Chief Investment Officer


Introduction

A language model can be described as a system trained to learn the statistical structure of written text. During training, it analyses large volume of data and estimates the probability of each possible next word given the words that came before it. When the model receives an input sentence, it uses these learned probability distributions to select the next word that best fits the context.

A Large Language Model (LLM) applies this same mechanism, but it is built with a massive number of parameters, which allows it to capture a broader range of patterns and adapt to a wide range of subjects and tasks. This versatility, however, comes with a cost. Training and operating such models require significant computing power and specialised infrastructure.

A Small Language Model (SLM) follows the same principle but uses far fewer parameters. It is concentrated on more specific domains or functions, and it is thus lighter to run and easier to integrate into existing systems. Its compact design allows it to operate on modest hardware, to be fine-tuned quickly and to offer predictable performance for well-defined tasks.

The conventional wisdom has long held that AI progress means building ever-larger models that require massive computing resources and close ties to major cloud providers. SLMs are proving otherwise. In addition to being far cheaper and more efficient for specific tasks, these models give companies greater autonomy, stronger control over their data, and more flexibility, thereby reducing costly dependence on hyperscalers.


Large Language Models

 

LLMs are the result of decades of progress in natural language processing and machine learning, and they have been central to the acceleration of technological advances seen in recent years. They are now widely accessible through platforms such as OpenAI’s ChatGPT, Google’s Gemini, Microsoft Copilot, and Anthropic’s Claude.

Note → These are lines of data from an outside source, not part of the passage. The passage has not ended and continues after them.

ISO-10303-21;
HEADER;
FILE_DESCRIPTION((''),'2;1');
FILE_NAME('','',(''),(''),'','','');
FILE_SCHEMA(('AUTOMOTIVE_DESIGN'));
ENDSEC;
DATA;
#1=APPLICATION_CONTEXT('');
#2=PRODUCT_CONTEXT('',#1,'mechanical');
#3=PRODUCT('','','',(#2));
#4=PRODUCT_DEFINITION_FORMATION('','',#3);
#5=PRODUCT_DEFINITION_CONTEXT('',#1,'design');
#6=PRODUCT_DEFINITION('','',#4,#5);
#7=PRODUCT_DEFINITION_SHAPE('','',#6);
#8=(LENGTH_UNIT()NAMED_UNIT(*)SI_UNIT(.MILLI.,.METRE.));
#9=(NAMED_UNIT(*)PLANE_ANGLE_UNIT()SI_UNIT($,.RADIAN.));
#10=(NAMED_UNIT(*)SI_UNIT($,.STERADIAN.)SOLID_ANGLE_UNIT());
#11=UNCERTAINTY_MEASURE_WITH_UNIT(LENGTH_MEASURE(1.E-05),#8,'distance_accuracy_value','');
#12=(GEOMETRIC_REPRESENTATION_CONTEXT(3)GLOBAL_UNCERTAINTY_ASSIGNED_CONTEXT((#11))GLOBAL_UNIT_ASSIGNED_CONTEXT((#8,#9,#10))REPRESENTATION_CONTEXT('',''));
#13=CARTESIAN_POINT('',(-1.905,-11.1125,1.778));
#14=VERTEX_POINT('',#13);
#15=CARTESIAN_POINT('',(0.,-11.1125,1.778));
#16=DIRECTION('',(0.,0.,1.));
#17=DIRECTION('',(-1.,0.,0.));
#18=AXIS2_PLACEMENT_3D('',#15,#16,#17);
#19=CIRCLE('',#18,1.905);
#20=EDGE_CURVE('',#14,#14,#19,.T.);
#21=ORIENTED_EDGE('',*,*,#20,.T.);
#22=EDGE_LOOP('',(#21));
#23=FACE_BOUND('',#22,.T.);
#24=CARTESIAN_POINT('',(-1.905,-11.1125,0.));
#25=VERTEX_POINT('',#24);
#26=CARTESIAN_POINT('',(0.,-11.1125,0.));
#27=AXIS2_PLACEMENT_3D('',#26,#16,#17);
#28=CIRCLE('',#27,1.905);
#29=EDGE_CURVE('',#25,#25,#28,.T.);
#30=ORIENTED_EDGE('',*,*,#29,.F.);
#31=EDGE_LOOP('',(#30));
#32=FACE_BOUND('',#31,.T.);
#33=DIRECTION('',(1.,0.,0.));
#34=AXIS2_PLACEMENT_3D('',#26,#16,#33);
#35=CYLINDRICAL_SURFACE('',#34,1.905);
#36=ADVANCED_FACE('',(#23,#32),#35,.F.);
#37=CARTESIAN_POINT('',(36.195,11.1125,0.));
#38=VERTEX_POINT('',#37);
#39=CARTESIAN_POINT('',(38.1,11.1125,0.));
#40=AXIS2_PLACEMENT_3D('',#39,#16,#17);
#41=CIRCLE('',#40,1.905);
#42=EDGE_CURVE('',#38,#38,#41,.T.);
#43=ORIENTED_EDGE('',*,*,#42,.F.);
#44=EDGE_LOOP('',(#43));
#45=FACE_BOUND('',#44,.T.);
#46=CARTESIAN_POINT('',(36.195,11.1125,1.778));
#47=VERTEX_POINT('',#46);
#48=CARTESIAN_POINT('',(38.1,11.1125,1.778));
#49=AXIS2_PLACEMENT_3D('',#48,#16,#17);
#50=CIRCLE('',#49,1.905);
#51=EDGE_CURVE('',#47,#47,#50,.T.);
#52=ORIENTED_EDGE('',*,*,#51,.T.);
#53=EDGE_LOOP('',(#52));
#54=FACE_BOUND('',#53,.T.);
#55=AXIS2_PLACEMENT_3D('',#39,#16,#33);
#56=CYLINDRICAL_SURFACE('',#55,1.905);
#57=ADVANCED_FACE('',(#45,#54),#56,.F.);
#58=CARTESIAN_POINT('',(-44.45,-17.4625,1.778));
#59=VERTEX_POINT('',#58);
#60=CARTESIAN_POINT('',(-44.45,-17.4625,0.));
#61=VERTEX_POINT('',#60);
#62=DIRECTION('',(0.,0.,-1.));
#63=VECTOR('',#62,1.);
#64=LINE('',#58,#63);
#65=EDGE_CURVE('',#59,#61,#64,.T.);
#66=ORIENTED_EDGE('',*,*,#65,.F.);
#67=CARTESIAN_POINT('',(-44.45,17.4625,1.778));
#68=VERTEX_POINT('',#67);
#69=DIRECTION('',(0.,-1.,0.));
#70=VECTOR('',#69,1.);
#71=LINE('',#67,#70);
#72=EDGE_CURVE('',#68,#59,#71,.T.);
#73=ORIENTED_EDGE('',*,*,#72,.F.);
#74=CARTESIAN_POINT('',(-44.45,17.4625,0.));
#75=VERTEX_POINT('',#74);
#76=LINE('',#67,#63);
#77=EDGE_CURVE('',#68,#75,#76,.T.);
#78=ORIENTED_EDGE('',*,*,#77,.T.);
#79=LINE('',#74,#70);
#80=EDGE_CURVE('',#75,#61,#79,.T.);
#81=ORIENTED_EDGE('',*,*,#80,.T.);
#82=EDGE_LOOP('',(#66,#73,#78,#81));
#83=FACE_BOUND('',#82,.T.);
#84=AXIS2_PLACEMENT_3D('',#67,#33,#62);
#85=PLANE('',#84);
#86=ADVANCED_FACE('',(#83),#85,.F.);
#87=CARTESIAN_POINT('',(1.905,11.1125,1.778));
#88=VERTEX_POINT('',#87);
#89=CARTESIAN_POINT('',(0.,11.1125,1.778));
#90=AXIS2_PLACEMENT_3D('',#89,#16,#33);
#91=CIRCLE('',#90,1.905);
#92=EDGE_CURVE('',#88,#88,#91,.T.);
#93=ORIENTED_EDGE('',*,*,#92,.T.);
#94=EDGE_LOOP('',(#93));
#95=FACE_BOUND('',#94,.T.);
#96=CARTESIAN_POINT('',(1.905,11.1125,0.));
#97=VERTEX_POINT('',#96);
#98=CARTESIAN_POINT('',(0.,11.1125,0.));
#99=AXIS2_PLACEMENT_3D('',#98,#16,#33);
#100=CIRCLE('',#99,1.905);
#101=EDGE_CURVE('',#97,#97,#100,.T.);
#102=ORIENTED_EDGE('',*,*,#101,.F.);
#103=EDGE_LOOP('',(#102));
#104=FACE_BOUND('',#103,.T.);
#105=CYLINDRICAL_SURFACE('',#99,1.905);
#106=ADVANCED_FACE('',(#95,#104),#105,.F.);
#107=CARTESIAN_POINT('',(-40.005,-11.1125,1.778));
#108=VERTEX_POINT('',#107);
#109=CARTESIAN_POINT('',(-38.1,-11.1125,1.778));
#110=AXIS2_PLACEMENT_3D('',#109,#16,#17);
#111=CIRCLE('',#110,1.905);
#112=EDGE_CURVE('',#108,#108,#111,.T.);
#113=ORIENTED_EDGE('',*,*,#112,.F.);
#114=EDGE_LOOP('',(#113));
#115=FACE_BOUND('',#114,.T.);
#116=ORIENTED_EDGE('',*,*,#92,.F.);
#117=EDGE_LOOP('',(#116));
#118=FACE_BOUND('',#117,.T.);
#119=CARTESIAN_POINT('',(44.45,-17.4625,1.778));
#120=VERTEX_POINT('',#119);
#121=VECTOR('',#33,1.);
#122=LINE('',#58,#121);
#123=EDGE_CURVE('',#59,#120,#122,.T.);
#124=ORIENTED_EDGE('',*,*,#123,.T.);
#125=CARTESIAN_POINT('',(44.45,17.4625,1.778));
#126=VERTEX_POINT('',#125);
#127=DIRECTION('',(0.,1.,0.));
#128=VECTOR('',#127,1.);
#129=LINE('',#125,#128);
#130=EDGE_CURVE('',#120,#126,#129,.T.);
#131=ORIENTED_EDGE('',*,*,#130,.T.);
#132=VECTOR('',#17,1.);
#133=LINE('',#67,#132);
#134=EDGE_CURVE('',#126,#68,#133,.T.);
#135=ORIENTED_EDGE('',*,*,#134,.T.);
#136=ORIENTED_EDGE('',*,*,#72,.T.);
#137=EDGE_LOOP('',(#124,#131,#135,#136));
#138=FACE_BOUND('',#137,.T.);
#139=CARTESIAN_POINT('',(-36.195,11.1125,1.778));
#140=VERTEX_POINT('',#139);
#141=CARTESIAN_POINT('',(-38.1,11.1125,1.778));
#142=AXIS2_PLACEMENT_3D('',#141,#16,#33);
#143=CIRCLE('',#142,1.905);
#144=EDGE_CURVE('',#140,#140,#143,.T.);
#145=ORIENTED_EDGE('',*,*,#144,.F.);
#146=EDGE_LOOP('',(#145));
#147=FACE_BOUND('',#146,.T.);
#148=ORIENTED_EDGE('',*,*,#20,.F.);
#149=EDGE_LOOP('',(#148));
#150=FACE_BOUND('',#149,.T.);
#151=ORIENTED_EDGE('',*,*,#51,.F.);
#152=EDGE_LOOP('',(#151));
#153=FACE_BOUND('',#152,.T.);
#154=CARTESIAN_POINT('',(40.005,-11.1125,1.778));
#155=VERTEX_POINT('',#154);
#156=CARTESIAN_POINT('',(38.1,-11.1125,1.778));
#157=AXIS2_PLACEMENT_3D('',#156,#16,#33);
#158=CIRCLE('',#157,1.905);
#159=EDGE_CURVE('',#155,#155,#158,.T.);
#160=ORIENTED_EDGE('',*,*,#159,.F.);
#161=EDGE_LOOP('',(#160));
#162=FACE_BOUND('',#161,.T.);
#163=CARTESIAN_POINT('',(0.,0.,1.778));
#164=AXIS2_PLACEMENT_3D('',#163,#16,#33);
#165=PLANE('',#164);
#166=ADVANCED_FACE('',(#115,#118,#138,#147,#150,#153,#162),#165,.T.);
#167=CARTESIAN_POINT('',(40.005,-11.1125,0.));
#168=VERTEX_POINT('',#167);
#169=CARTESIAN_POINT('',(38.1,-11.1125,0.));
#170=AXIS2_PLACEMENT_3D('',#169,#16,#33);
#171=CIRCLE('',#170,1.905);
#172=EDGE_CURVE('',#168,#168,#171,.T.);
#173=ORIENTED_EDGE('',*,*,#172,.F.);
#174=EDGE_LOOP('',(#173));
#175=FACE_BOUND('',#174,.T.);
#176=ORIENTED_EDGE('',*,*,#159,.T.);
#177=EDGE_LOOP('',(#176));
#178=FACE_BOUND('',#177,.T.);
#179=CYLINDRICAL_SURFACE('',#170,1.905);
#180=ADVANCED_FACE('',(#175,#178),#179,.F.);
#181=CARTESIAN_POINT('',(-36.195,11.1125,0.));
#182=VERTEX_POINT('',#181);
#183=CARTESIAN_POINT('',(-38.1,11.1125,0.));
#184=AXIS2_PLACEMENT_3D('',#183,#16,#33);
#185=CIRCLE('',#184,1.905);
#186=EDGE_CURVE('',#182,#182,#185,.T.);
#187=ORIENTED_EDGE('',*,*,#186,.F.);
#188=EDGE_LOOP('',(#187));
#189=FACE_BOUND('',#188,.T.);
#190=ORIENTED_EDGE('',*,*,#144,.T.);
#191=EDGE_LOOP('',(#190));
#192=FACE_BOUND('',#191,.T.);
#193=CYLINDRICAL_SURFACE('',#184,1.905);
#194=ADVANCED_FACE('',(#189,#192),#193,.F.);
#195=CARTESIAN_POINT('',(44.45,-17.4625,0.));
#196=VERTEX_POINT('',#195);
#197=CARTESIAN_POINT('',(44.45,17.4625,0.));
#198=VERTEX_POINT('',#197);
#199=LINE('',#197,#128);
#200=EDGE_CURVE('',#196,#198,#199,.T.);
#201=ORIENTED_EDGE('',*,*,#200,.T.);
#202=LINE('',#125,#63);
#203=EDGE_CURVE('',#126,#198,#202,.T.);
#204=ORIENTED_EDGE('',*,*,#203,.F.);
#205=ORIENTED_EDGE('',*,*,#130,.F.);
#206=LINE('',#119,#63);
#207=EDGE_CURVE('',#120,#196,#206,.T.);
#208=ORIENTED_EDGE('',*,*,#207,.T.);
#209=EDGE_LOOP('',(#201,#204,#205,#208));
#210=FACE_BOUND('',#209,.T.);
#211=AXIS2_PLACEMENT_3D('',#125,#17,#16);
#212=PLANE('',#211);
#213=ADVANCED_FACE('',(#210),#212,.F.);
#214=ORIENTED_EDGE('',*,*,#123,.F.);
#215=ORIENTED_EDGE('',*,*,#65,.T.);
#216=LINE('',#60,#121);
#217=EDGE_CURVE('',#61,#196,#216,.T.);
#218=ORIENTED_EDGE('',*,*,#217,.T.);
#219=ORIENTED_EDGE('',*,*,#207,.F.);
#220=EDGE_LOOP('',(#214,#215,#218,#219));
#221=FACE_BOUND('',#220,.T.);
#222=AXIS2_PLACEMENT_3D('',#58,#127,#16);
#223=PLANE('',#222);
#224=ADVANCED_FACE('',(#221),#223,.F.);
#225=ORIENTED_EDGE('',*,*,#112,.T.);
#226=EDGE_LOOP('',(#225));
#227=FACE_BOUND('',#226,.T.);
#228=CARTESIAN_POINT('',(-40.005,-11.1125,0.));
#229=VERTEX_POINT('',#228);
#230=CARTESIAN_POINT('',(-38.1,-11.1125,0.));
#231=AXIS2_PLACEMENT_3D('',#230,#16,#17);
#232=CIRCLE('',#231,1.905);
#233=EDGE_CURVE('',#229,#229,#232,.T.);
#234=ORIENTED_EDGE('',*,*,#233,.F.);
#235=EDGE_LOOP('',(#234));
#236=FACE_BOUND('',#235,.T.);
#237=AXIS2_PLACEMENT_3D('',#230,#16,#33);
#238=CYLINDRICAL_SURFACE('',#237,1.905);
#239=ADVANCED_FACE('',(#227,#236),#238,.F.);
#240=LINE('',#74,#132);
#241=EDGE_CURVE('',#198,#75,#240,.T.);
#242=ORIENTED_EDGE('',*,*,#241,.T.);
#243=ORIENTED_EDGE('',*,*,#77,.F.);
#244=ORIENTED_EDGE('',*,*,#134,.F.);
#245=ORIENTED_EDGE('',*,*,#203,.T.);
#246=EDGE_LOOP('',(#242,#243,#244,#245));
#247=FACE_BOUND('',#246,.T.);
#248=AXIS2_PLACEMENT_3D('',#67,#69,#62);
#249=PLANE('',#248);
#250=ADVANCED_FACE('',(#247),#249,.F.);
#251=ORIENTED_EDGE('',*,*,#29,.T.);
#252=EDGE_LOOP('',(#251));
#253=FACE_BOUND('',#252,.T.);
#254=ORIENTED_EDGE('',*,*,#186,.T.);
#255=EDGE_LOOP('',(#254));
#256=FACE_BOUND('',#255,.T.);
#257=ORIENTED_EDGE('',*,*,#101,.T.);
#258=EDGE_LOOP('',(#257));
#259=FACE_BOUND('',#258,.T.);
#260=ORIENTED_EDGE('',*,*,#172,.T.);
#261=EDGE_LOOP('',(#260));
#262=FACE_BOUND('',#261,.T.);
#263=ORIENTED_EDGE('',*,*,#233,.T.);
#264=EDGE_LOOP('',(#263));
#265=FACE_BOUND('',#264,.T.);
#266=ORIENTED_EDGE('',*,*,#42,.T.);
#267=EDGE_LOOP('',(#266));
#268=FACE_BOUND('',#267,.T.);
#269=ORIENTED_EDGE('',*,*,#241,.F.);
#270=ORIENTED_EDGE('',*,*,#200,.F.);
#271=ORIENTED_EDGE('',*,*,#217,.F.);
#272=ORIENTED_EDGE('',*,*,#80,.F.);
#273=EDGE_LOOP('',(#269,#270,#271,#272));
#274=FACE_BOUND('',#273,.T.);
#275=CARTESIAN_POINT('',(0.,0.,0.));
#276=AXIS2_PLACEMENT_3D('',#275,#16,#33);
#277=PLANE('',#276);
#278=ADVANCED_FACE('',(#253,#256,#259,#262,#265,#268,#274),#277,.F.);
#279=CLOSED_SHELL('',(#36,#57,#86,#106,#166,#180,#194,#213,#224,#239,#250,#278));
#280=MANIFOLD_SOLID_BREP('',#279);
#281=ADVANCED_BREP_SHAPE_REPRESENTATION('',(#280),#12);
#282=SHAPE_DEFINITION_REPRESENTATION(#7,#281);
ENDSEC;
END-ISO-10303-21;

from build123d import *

# Parameters (mm, degrees)
SKETCH1_W           = 88.9
SKETCH1_H           = 34.925
BOSS_EXTRUDE1_DEPTH = 1.778
SKETCH2_R           = 1.905
CUT_EXTRUDE1_DEPTH  = 2.778


with BuildPart() as part:
    # Sketch1 → Boss-Extrude1 (new body)
    with BuildSketch(Plane.XY):
        Rectangle(SKETCH1_W, SKETCH1_H)
    extrude(amount=BOSS_EXTRUDE1_DEPTH)

    # Sketch2 → Cut-Extrude1 (cut, through all)
    with BuildSketch(Plane.XY.offset(1.778)):
        with Locations((0, 11.1125)):
            Circle(SKETCH2_R)
        with Locations((-38.1, 11.1125)):
            Circle(SKETCH2_R)
        with Locations((-38.1, -11.1125)):
            Circle(SKETCH2_R)
        with Locations((0, -11.1125)):
            Circle(SKETCH2_R)
        with Locations((38.1, -11.1125)):
            Circle(SKETCH2_R)
        with Locations((38.1, 11.1125)):
            Circle(SKETCH2_R)
    extrude(amount=-CUT_EXTRUDE1_DEPTH, mode=Mode.SUBTRACT)


solid = part.part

LLMs are basically deep learning systems trained on enormous amounts of text, giving them the ability to interpret and generate natural language across a wide range of tasks. They are built on a neural network architecture called a transformer, a design that excels at processing sequences of words and capturing relationships across long stretches of text. During training, an LLM is fed massive amounts of text, from books, articles, websites, code and more. The model “learns” by assigning probabilities to sequences of words, developing an internal statistical understanding of language. When given a prompt, the model uses this knowledge to predict the next word (or token) repeatedly until it generates a coherent response.

What distinguishes LLMs from simpler language models is size. Their internal parameters, the numerical values that encode all learned patterns, number in the billions or even trillions. Because of this scale and architectural complexity, they are especially useful when tasks require broad general knowledge, deep context awareness, or flexible handling of varied inputs. They can shift from drafting a marketing copy, to summarising research, to writing computer code, to engaging in a nuanced conversation. When equipped with agentic capabilities, they can even carry out multi-step tasks with a degree of autonomy that previously required human intervention.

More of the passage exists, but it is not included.